[[ Given entries open ]]

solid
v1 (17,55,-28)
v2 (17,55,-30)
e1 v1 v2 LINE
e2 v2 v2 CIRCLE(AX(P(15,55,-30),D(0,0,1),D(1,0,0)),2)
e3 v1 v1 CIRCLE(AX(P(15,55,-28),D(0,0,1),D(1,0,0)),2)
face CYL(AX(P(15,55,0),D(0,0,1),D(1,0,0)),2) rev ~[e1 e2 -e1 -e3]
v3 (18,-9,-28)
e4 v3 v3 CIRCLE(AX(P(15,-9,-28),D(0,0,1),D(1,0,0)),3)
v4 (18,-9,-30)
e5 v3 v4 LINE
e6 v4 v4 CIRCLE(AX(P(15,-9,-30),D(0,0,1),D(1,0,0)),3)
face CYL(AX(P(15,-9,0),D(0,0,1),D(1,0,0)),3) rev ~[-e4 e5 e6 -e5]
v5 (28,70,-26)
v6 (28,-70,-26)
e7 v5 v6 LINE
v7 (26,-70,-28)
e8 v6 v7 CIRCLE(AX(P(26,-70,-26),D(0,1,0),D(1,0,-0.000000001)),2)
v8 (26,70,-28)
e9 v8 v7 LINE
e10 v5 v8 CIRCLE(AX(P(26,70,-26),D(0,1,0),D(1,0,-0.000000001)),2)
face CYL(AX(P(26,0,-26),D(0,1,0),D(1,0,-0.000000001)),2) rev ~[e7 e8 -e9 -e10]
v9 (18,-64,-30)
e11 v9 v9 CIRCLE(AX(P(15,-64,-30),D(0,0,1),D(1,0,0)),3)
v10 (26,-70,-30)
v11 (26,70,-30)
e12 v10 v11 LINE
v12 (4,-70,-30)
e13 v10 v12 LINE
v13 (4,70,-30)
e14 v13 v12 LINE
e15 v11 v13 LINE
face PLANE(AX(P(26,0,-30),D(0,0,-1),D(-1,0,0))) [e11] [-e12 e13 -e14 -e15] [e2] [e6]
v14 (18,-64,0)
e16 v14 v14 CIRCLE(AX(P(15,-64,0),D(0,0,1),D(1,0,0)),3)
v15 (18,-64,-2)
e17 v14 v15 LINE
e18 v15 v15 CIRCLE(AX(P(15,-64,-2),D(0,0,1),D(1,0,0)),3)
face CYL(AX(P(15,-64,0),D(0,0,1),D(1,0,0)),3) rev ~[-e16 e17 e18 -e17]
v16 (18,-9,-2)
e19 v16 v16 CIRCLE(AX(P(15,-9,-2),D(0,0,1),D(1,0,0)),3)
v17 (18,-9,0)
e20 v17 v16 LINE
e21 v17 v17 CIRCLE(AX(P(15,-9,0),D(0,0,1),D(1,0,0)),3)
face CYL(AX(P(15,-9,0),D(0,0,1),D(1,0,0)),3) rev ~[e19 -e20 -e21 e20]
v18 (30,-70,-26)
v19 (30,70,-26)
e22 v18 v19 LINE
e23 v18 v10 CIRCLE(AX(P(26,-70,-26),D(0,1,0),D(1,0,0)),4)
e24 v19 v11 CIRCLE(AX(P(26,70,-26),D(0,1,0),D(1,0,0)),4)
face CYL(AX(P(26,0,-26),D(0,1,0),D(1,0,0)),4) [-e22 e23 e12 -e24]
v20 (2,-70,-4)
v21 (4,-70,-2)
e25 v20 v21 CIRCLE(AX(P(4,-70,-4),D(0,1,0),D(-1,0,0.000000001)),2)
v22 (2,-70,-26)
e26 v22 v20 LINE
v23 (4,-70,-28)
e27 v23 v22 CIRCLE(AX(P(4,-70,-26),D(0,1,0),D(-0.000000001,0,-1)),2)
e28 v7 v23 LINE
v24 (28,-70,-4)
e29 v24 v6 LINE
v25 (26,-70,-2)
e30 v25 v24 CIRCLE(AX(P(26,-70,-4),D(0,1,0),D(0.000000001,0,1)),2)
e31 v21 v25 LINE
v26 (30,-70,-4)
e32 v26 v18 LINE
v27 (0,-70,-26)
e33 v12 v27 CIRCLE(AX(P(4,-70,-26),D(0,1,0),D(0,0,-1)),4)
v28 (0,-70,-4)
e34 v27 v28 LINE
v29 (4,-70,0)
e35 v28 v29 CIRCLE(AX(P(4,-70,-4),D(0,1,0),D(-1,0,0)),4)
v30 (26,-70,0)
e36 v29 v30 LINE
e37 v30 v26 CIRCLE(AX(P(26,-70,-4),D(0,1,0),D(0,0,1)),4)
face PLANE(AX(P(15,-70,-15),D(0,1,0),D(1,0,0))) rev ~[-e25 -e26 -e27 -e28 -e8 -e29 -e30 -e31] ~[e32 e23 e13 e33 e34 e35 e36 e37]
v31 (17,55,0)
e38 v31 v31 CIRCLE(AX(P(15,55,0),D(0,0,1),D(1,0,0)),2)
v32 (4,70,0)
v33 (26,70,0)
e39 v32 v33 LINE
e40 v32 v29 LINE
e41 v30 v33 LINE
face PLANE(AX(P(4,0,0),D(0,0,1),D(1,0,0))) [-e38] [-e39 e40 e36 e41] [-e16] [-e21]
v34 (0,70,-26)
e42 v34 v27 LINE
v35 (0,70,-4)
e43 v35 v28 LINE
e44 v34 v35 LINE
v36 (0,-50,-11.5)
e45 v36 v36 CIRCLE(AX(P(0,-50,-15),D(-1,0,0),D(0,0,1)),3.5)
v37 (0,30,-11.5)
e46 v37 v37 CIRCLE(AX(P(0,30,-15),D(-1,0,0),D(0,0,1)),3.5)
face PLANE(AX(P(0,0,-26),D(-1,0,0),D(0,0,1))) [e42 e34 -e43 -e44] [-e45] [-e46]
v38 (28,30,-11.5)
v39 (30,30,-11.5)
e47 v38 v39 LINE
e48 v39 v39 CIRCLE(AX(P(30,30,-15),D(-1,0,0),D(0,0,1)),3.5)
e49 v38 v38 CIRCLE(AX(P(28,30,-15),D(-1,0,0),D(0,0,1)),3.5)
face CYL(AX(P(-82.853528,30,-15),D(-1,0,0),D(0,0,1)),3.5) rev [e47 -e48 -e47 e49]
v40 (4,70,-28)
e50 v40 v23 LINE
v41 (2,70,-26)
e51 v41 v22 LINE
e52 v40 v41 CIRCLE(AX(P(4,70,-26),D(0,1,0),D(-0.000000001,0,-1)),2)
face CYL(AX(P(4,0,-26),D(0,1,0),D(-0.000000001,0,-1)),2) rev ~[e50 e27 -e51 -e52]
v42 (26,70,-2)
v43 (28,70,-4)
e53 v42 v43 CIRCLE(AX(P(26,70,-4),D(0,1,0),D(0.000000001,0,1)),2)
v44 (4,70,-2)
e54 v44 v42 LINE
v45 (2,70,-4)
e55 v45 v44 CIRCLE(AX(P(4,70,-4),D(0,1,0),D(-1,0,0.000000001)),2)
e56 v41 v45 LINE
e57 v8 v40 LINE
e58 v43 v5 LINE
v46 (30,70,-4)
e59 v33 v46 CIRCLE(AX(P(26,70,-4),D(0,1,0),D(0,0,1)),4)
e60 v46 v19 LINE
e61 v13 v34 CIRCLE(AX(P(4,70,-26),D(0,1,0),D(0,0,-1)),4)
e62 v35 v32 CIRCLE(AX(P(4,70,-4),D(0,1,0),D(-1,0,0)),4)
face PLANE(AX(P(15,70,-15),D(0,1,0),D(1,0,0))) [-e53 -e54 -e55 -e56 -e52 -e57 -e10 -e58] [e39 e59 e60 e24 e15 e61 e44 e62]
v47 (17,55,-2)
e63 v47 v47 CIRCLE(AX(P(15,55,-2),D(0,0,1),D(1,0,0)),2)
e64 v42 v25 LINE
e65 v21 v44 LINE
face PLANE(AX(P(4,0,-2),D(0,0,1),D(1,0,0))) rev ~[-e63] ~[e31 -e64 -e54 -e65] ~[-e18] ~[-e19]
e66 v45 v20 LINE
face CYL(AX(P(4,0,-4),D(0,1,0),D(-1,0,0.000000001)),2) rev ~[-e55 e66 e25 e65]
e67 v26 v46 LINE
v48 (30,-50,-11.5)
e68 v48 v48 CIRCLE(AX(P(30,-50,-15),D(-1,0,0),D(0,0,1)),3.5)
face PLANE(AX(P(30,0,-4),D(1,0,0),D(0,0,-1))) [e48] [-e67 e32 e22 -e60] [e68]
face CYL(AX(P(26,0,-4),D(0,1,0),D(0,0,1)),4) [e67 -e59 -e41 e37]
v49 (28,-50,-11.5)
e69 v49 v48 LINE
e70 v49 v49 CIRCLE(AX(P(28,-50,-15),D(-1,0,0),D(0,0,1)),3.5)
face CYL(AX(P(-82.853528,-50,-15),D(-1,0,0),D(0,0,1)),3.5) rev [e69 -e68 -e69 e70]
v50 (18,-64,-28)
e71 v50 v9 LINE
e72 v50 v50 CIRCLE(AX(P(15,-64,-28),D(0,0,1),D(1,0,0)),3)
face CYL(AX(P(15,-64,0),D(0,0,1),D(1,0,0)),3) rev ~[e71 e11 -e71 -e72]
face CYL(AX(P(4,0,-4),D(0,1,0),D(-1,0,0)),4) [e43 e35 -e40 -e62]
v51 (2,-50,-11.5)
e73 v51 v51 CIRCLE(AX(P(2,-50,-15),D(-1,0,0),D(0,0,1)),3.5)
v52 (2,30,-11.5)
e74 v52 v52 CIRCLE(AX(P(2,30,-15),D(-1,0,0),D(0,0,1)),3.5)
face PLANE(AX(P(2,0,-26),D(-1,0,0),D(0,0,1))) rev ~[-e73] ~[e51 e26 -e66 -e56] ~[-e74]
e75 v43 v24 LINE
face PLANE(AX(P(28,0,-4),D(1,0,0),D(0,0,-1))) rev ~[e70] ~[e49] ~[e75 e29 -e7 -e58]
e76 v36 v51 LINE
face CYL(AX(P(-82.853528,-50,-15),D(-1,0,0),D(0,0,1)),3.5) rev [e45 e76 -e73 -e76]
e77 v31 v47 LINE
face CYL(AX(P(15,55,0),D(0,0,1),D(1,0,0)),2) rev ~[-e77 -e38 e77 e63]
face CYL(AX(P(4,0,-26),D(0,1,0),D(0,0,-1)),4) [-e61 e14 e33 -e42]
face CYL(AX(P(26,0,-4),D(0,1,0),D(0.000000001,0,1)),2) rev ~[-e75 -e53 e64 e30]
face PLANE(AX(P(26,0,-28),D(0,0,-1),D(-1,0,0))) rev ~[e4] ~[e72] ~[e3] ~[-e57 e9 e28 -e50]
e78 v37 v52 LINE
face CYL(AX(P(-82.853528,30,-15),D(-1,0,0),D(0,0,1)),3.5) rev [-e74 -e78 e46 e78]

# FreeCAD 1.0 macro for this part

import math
import FreeCAD as App
import Part
import Sketcher

V = App.Vector
Q = App.Units.Quantity

doc = App.newDocument("Part")
body = doc.addObject("PartDesign::Body", "Body")

# Sketch on XZ plane
sketch1 = body.newObject("Sketcher::SketchObject", "Sketch")
sketch1.AttachmentSupport = (doc.getObject("XZ_Plane"), [""])
sketch1.MapMode = "FlatFace"
sketch1.addGeometry([
    Part.LineSegment(V(4, 0, 0), V(26, 0, 0)),  # 0
    Part.ArcOfCircle(Part.Circle(V(26, -4, 0), V(0, 0, 1), 4), math.radians(0), math.radians(90)),  # 1
    Part.LineSegment(V(30, -4, 0), V(30, -26, 0)),  # 2
    Part.ArcOfCircle(Part.Circle(V(26, -26, 0), V(0, 0, 1), 4), math.radians(-90), math.radians(0)),  # 3
    Part.LineSegment(V(26, -30, 0), V(4, -30, 0)),  # 4
    Part.ArcOfCircle(Part.Circle(V(4, -26, 0), V(0, 0, 1), 4), math.radians(180), math.radians(270)),  # 5
    Part.LineSegment(V(0, -26, 0), V(0, -4, 0)),  # 6
    Part.ArcOfCircle(Part.Circle(V(4, -4, 0), V(0, 0, 1), 4), math.radians(90), math.radians(180)),  # 7
    Part.LineSegment(V(26, -2, 0), V(4, -2, 0)),  # 8
    Part.ArcOfCircle(Part.Circle(V(4, -4, 0), V(0, 0, 1), 2), math.radians(90), math.radians(180)),  # 9
    Part.LineSegment(V(2, -4, 0), V(2, -26, 0)),  # 10
    Part.ArcOfCircle(Part.Circle(V(4, -26, 0), V(0, 0, 1), 2), math.radians(-180), math.radians(-90)),  # 11
    Part.LineSegment(V(4, -28, 0), V(26, -28, 0)),  # 12
    Part.ArcOfCircle(Part.Circle(V(26, -26, 0), V(0, 0, 1), 2), math.radians(-90), math.radians(0)),  # 13
    Part.LineSegment(V(28, -26, 0), V(28, -4, 0)),  # 14
    Part.ArcOfCircle(Part.Circle(V(26, -4, 0), V(0, 0, 1), 2), math.radians(0), math.radians(90)),  # 15
], False)
sketch1.addConstraint([
    Sketcher.Constraint("Tangent", 0, 2, 1, 2),
    Sketcher.Constraint("Tangent", 1, 1, 2, 1),
    Sketcher.Constraint("Tangent", 2, 2, 3, 2),
    Sketcher.Constraint("Tangent", 3, 1, 4, 1),
    Sketcher.Constraint("Tangent", 4, 2, 5, 2),
    Sketcher.Constraint("Tangent", 5, 1, 6, 1),
    Sketcher.Constraint("Tangent", 6, 2, 7, 2),
    Sketcher.Constraint("Tangent", 7, 1, 0, 1),
    Sketcher.Constraint("Tangent", 8, 2, 9, 1),
    Sketcher.Constraint("Tangent", 9, 2, 10, 1),
    Sketcher.Constraint("Tangent", 10, 2, 11, 1),
    Sketcher.Constraint("Tangent", 11, 2, 12, 1),
    Sketcher.Constraint("Tangent", 12, 2, 13, 1),
    Sketcher.Constraint("Tangent", 13, 2, 14, 1),
    Sketcher.Constraint("Tangent", 14, 2, 15, 1),
    Sketcher.Constraint("Tangent", 15, 2, 8, 1),
    Sketcher.Constraint("Horizontal", 0),
    Sketcher.Constraint("Vertical", 2),
    Sketcher.Constraint("Horizontal", 4),
    Sketcher.Constraint("Vertical", 6),
    Sketcher.Constraint("Horizontal", 8),
    Sketcher.Constraint("Vertical", 10),
    Sketcher.Constraint("Horizontal", 12),
    Sketcher.Constraint("Vertical", 14),
    Sketcher.Constraint("Coincident", 9, 3, 7, 3),
    Sketcher.Constraint("Coincident", 11, 3, 5, 3),
    Sketcher.Constraint("Coincident", 13, 3, 3, 3),
    Sketcher.Constraint("Equal", 1, 3),
    Sketcher.Constraint("Equal", 3, 5),
    Sketcher.Constraint("Equal", 5, 7),
    Sketcher.Constraint("Equal", 13, 15),
    Sketcher.Constraint("PointOnObject", 0, 2, -1),
    Sketcher.Constraint("PointOnObject", 5, 1, -2),
    Sketcher.Constraint("Equal", 12, 2),
    Sketcher.Constraint("Radius", 1, Q("4 mm")),
    Sketcher.Constraint("Radius", 9, Q("2 mm")),
    Sketcher.Constraint("DistanceX", 0, 1, 0, 2, Q("22 mm")),
])
pad1 = body.newObject("PartDesign::Pad", "Pad")
pad1.Profile = sketch1
pad1.Length = 140
pad1.Midplane = True

# Sketch on XY plane
sketch2 = body.newObject("Sketcher::SketchObject", "Sketch001")
sketch2.AttachmentSupport = (doc.getObject("XY_Plane"), [""])
sketch2.MapMode = "FlatFace"
sketch2.addGeometry([
    Part.Circle(V(15, -64, 0), V(0, 0, 1), 3),
    Part.Circle(V(15, -9, 0), V(0, 0, 1), 3),
    Part.Circle(V(15, 55, 0), V(0, 0, 1), 2),
], False)
sketch2.addConstraint([
    Sketcher.Constraint("Equal", 0, 1),
    Sketcher.Constraint("Vertical", 0, 3, 1, 3),
    Sketcher.Constraint("Vertical", 1, 3, 2, 3),
    Sketcher.Constraint("Diameter", 0, Q("6 mm")),
    Sketcher.Constraint("Diameter", 2, Q("4 mm")),
    Sketcher.Constraint("DistanceX", -1, 1, 0, 3, Q("15 mm")),
    Sketcher.Constraint("DistanceY", 0, 3, -1, 1, Q("64 mm")),
    Sketcher.Constraint("DistanceY", 1, 3, -1, 1, Q("9 mm")),
    Sketcher.Constraint("DistanceY", -1, 1, 2, 3, Q("55 mm")),
])
pocket1 = body.newObject("PartDesign::Pocket", "Pocket")
pocket1.Profile = sketch2
pocket1.Type = "ThroughAll"

# Sketch on YZ plane
sketch3 = body.newObject("Sketcher::SketchObject", "Sketch002")
sketch3.AttachmentSupport = (doc.getObject("YZ_Plane"), [""])
sketch3.MapMode = "FlatFace"
sketch3.addGeometry([
    Part.Circle(V(-50, -15, 0), V(0, 0, 1), 3.5),
    Part.Circle(V(30, -15, 0), V(0, 0, 1), 3.5),
], False)
sketch3.addConstraint([
    Sketcher.Constraint("Equal", 0, 1),
    Sketcher.Constraint("Horizontal", 0, 3, 1, 3),
    Sketcher.Constraint("Diameter", 0, Q("7 mm")),
    Sketcher.Constraint("DistanceX", 0, 3, -1, 1, Q("50 mm")),
    Sketcher.Constraint("DistanceY", 0, 3, -1, 1, Q("15 mm")),
    Sketcher.Constraint("DistanceX", -1, 1, 1, 3, Q("30 mm")),
])
pocket2 = body.newObject("PartDesign::Pocket", "Pocket001")
pocket2.Profile = sketch3
pocket2.Type = "ThroughAll"
pocket2.Midplane = True

doc.recompute()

[[ Given entries closed ]]

The output should be exactly the lines above from the line containing "e74 v52 v52" to the line containing "e76 v36 v51 LINE", inclusive, with no other lines.

e74 v52 v52 CIRCLE(AX(P(2,30,-15),D(-1,0,0),D(0,0,1)),3.5)
face PLANE(AX(P(2,0,-26),D(-1,0,0),D(0,0,1))) rev ~[-e73] ~[e51 e26 -e66 -e56] ~[-e74]
e75 v43 v24 LINE
face PLANE(AX(P(28,0,-4),D(1,0,0),D(0,0,-1))) rev ~[e70] ~[e49] ~[e75 e29 -e7 -e58]
e76 v36 v51 LINE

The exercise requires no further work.